人生は幸福のためにある 『ゲーテとの対話』

『この小説の筋を比喩的にいうと、君は根から萌えでる緑色の植物を思いうかべればよいだろう。

それは、しばらくすると、強くしなやかな茎から、元気な緑の葉をまわりへおしひろげ、遂には花をつけて終りになる。

花がそこにあるとは予期されなかったことであり、それどころか唐突でさえあったが、やはり花はそこにある必要があったのだよ。

というより、緑色の葉は、ただ花のためにだけ存在したのだし、もし花がなければ、わざわざ存在する必要もなかっただろうね』


『現実というものは、それ自体では、どんな意味があろう?

われわれは現実があるがままの姿で描かれていると、われわれは喜びを覚えるし、ある事柄についてより明確な知識をわれわれに与えうることも間違いない。

けれども、われわれの高次の資性にとって、本当の授かりものは、詩人の魂から吐露される理想の中にだけあるのだよ』


『自由とは不思議なものだ。

足るを知り、分に安んじることを知ってさえいれば、誰だってたやすく十分な自由を手に入れられるのだ。
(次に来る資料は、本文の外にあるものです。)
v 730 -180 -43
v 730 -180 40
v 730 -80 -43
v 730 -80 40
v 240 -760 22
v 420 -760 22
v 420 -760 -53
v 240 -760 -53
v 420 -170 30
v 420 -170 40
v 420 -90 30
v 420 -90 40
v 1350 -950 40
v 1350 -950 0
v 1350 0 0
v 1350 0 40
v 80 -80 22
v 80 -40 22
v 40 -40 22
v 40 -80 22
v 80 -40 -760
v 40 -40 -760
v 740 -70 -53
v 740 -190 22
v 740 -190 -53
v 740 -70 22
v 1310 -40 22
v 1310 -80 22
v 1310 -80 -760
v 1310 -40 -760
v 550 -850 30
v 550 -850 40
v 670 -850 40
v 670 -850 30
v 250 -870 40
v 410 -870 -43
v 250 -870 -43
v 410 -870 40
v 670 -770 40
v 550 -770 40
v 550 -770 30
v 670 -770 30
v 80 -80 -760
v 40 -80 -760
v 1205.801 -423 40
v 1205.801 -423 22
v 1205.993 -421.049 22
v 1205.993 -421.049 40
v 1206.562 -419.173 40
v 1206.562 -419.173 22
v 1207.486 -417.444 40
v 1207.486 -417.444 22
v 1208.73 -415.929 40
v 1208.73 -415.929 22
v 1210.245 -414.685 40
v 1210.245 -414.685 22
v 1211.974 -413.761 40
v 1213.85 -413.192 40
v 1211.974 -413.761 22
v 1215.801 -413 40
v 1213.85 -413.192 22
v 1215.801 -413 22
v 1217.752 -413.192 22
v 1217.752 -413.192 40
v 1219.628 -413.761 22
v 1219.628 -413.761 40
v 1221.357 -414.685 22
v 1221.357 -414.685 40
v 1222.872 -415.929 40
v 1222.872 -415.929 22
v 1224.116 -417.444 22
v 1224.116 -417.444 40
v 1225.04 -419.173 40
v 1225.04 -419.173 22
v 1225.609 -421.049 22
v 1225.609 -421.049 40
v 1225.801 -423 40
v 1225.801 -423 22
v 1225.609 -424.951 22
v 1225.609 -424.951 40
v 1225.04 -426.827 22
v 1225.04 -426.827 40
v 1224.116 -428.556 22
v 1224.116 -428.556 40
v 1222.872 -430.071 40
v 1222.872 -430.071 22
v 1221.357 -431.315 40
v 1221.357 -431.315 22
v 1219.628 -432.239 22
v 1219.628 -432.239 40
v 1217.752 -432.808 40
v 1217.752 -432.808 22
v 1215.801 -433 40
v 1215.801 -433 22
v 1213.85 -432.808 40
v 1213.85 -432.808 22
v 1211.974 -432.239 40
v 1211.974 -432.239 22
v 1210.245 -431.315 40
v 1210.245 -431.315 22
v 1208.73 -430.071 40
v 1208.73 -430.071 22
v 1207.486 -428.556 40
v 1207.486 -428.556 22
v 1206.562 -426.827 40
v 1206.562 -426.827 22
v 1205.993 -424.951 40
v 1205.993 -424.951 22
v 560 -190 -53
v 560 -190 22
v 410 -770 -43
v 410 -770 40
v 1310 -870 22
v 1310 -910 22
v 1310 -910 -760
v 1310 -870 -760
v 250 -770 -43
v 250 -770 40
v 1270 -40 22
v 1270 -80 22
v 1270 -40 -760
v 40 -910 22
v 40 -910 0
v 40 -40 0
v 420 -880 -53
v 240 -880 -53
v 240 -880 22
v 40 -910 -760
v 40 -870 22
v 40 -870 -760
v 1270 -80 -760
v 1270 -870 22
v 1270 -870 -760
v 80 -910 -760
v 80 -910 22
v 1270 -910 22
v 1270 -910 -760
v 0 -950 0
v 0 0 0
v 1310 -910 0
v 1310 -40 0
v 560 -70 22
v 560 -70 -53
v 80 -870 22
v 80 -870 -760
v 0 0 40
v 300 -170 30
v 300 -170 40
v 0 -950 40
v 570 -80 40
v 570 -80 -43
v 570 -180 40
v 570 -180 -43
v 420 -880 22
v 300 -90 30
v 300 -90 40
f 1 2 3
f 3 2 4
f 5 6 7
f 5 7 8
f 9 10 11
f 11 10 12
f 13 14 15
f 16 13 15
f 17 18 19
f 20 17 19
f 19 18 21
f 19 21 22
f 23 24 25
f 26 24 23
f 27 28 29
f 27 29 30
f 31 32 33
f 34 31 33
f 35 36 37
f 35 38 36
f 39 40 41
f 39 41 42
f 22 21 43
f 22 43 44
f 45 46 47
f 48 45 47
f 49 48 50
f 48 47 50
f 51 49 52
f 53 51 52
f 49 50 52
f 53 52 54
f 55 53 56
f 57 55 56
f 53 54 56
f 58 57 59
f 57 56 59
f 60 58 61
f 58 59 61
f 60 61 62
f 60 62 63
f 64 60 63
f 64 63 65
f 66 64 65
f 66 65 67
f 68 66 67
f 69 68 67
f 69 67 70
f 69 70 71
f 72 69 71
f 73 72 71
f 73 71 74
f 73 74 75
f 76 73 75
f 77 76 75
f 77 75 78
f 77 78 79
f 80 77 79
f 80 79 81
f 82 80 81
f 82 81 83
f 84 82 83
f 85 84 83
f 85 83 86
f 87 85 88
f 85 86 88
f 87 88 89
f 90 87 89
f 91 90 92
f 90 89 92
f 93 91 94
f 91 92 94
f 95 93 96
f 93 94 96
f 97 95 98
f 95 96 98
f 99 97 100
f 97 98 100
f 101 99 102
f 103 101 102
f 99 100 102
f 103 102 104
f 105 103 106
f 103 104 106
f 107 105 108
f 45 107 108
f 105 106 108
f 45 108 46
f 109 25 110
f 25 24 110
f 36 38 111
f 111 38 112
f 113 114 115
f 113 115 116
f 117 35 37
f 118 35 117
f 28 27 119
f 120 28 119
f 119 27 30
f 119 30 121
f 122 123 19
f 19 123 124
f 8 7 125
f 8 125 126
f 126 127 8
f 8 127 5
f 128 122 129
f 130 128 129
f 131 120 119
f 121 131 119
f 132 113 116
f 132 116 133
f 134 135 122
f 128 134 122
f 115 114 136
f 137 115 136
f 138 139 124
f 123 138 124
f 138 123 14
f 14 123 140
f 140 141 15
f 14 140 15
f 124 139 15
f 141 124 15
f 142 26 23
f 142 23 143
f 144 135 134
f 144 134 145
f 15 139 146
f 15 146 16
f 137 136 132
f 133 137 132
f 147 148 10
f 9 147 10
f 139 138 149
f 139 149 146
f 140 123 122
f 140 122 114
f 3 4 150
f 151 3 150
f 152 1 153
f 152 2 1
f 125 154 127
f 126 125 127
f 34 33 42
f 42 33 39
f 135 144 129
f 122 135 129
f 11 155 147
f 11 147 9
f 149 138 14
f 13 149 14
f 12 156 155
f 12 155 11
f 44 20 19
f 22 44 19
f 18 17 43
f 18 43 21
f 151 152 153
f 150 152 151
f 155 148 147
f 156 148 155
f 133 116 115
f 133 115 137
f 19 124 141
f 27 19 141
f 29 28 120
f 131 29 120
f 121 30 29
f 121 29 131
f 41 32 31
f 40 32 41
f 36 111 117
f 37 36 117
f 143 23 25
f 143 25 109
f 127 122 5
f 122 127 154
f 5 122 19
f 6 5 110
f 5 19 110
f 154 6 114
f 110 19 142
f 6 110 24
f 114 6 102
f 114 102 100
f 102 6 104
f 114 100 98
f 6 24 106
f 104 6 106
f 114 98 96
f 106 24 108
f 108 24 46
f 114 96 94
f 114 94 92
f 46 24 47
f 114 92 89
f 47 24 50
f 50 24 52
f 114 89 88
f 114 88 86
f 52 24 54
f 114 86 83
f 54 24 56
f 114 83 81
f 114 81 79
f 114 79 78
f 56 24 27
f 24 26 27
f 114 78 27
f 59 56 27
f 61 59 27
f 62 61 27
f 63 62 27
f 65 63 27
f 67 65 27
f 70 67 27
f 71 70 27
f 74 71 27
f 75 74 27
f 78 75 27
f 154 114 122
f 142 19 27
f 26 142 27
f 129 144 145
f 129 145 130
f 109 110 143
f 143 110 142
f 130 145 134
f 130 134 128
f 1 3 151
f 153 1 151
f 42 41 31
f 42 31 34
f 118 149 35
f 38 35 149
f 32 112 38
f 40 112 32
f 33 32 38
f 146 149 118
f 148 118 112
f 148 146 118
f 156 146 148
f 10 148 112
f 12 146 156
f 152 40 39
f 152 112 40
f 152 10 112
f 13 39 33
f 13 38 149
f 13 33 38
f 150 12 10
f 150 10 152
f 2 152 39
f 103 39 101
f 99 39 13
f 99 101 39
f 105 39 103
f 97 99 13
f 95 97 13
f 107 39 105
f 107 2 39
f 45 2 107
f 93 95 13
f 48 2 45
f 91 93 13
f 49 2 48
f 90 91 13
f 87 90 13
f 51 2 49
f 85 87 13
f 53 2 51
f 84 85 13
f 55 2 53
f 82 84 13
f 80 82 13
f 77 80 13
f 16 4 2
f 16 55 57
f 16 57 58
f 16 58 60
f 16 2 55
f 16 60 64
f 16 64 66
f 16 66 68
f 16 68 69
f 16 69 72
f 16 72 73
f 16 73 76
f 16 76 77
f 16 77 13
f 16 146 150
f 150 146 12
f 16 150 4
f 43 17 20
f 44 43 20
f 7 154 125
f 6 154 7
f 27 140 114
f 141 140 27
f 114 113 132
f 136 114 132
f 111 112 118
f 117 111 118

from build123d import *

# Parameters (mm, degrees)
ESQUISSE1_W               = 1350
ESQUISSE1_H               = 950
ESQUISSE1_W_2             = 1270
ESQUISSE1_H_2             = 870
BOSS_EXTRU_1_DEPTH        = 40
BOSS_EXTRU_2_DEPTH        = 760
BOSS_EXTRU_2_DEPTH_BACK   = 22
ESQUISSE2_W               = 40
ESQUISSE2_H               = 40
BOSS_EXTRU_2_2_DEPTH      = 760
BOSS_EXTRU_2_2_DEPTH_BACK = 22
BOSS_EXTRU_2_3_DEPTH      = 760
BOSS_EXTRU_2_3_DEPTH_BACK = 22
BOSS_EXTRU_2_4_DEPTH      = 760
BOSS_EXTRU_2_4_DEPTH_BACK = 22
ESQUISSE3_W               = 1270
ESQUISSE3_H               = 870
BOSS_EXTRU_3_DEPTH        = 18
ESQUISSE4_W               = 160
ESQUISSE4_H               = 100
ENL_V_MAT_EXTRU_1_DEPTH   = 1835.393632784
ESQUISSE5_W               = 180
ESQUISSE5_H               = 120
ESQUISSE5_W_2             = 160
ESQUISSE5_H_2             = 100
BOSS_EXTRU_4_DEPTH        = 65
ESQUISSE6_W               = 180
ESQUISSE6_H               = 120
BOSS_EXTRU_5_DEPTH        = 10
ESQUISSE7_W               = 120
ESQUISSE7_H               = 80
ENL_V_MAT_EXTRU_2_DEPTH   = 10
ESQUISSE8_R               = 10
ENL_V_MAT_EXTRU_3_DEPTH   = 1827.615449404


with BuildPart() as part:
    # Esquisse1 → Boss.-Extru.1 (new body)
    with BuildSketch(Plane.XY):
        with Locations((675, -475)):
            Rectangle(ESQUISSE1_W, ESQUISSE1_H)
        with Locations((675, -475)):
            Rectangle(ESQUISSE1_W_2, ESQUISSE1_H_2, mode=Mode.SUBTRACT)
    extrude(amount=BOSS_EXTRU_1_DEPTH)



with BuildPart() as body_2:
    # Esquisse2 → Boss.-Extru.2 (new, two sides: drawn at the far end of the back side and taken through both)
    with BuildSketch(Plane(origin=(0, 0, 0), x_dir=(-1, 0, 0), z_dir=(0, 0, -1)).offset(-BOSS_EXTRU_2_DEPTH_BACK)):
        with Locations((-1290, -60)):
            Rectangle(ESQUISSE2_W, ESQUISSE2_H)
    extrude(amount=BOSS_EXTRU_2_DEPTH + BOSS_EXTRU_2_DEPTH_BACK)


with BuildPart() as body_3:
    # Esquisse2 → Boss.-Extru.2 2 (new, two sides: drawn at the far end of the back side and taken through both)
    with BuildSketch(Plane(origin=(0, 0, 0), x_dir=(-1, 0, 0), z_dir=(0, 0, -1)).offset(-BOSS_EXTRU_2_2_DEPTH_BACK)):
        with Locations((-60, -60)):
            Rectangle(ESQUISSE2_W, ESQUISSE2_H)
    extrude(amount=BOSS_EXTRU_2_2_DEPTH + BOSS_EXTRU_2_2_DEPTH_BACK)


with BuildPart() as body_4:
    # Esquisse2 → Boss.-Extru.2 3 (new, two sides: drawn at the far end of the back side and taken through both)
    with BuildSketch(Plane(origin=(0, 0, 0), x_dir=(-1, 0, 0), z_dir=(0, 0, -1)).offset(-BOSS_EXTRU_2_3_DEPTH_BACK)):
        with Locations((-60, -890)):
            Rectangle(ESQUISSE2_W, ESQUISSE2_H)
    extrude(amount=BOSS_EXTRU_2_3_DEPTH + BOSS_EXTRU_2_3_DEPTH_BACK)


with BuildPart() as body_5:
    # Esquisse2 → Boss.-Extru.2 4 (new, two sides: drawn at the far end of the back side and taken through both)
    with BuildSketch(Plane(origin=(0, 0, 0), x_dir=(-1, 0, 0), z_dir=(0, 0, -1)).offset(-BOSS_EXTRU_2_4_DEPTH_BACK)):
        with Locations((-1290, -890)):
            Rectangle(ESQUISSE2_W, ESQUISSE2_H)
    extrude(amount=BOSS_EXTRU_2_4_DEPTH + BOSS_EXTRU_2_4_DEPTH_BACK)


with BuildPart() as body_6:
    # Esquisse3 → Boss.-Extru.3 (new body)
    with BuildSketch(Plane.XY.offset(22)):
        with Locations((675, -475)):
            Rectangle(ESQUISSE3_W, ESQUISSE3_H)
    extrude(amount=BOSS_EXTRU_3_DEPTH)

    # Esquisse4 → Enlèv. mat.-Extru.1 (cut, through all)
    with BuildSketch(Plane.XY.offset(40)):
        with Locations((330, -820)):
            Rectangle(ESQUISSE4_W, ESQUISSE4_H)
        with Locations((650, -130)):
            Rectangle(ESQUISSE4_W, ESQUISSE4_H)
    extrude(amount=-ENL_V_MAT_EXTRU_1_DEPTH, mode=Mode.SUBTRACT)


with BuildPart() as part_1:
    add(part.part)

    add(body_6.part)  # Boss.-Extru.4 merges body 6
    # Esquisse5 → Boss.-Extru.4 (add)
    # profile 1 of 2: a face of its own
    with BuildSketch(Plane(origin=(0, 0, 22), x_dir=(-1, 0, 0), z_dir=(0, 0, -1))):
        with Locations((-330, -820)):
            Rectangle(ESQUISSE5_W, ESQUISSE5_H)
        with Locations((-330, -820)):
            Rectangle(ESQUISSE5_W_2, ESQUISSE5_H_2, mode=Mode.SUBTRACT)
    # profile 2 of 2: a face of its own
    with BuildSketch(Plane(origin=(0, 0, 22), x_dir=(-1, 0, 0), z_dir=(0, 0, -1))):
        with Locations((-650, -130)):
            Rectangle(ESQUISSE5_W, ESQUISSE5_H)
        with Locations((-650, -130)):
            Rectangle(ESQUISSE5_W_2, ESQUISSE5_H_2, mode=Mode.SUBTRACT)
    extrude(amount=BOSS_EXTRU_4_DEPTH)

    # Esquisse6 → Boss.-Extru.5 (add)
    with BuildSketch(Plane(origin=(0, 0, -43), x_dir=(-1, 0, 0), z_dir=(0, 0, -1))):
        with Locations((-650, -130)):
            Rectangle(ESQUISSE6_W, ESQUISSE6_H)
        with Locations((-330, -820)):
            Rectangle(ESQUISSE6_W, ESQUISSE6_H)
    extrude(amount=BOSS_EXTRU_5_DEPTH)

    # Esquisse7 → Enlèv. mat.-Extru.2 (cut)
    with BuildSketch(Plane.XY.offset(40)):
        with Locations((360, -130)):
            Rectangle(ESQUISSE7_W, ESQUISSE7_H)
        with Locations((610, -810)):
            Rectangle(ESQUISSE7_W, ESQUISSE7_H)
    extrude(amount=-ENL_V_MAT_EXTRU_2_DEPTH, mode=Mode.SUBTRACT)

    # Esquisse8 → Enlèv. mat.-Extru.3 (cut, through all)
    with BuildSketch(Plane(origin=(0, 0, 22), x_dir=(-1, 0, 0), z_dir=(0, 0, -1))):
        with Locations((-1215.801110786, -423)):
            Circle(ESQUISSE8_R)
    extrude(amount=-ENL_V_MAT_EXTRU_3_DEPTH, mode=Mode.SUBTRACT)


solid = Compound([body_2.part, body_3.part, body_4.part, body_5.part, part_1.part])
いくら自由がありあまるほどあったところで、使えなければ何の役に立つだろう!』     『ゲーテとの対話』より


僕たちの幸福ということもこれと似ているのかもしれない。

幸福も予期されるものではなく、また突然やってくる性質も持っているといえる。

そして僕たちにとって幸福ということは生きる意味であり、幸福である必要があるのだ。

しかし、だからといって僕たちは幸福の花を咲かせようとしてはならない。

しなければならないのは、しなやかで強い一本の茎を伸ばし、緑の葉をまわりにいっぱいに広げようとすることだ。

太陽の光のごとき世界の恵みをまんべんなく受け取ることができるのならば、僕たち一人ひとりが持ち合わせている美しき大輪の花を咲かせることができるのだ。

花をつけよう、つけようとしても花がつくわけではない。

仮についたとしても、それは貧弱ですぐに落ちてしまうだろう。

花はどのタイミングで咲くかはわからないが、それまでにできる限りの葉を伸ばし、りっぱに枝葉をつけられたものが幸福の花を咲かせる。

結果にとらわれることなく、地道にできること、やらなければならない仕事をきっちりとやること。

それが人生に大輪を咲かせる唯一の方法という気がしてならない。

人生は幸福のために存在する。


人生をただの生理現象と見ている人がどれだけ多いことだろう。

誰もが人生という名の列車の乗客なのだ。

景色は窓外をものすごいスピードで流れ、後ろへと消えてゆく。

時が経つにつれて、そのスピードは増していく。

大事なもの、美しきものは目を凝らし、探さなければ決して目に映ることはない。

理想を描くことは才能のいることだと思う。

現状に満足しない、世界をもっとよいものだと信じるところに理想はうまれる。

その理想をありありと描いてみせること、その才能のない人たちにそうした世界を示すことが詩人であり、偉人である。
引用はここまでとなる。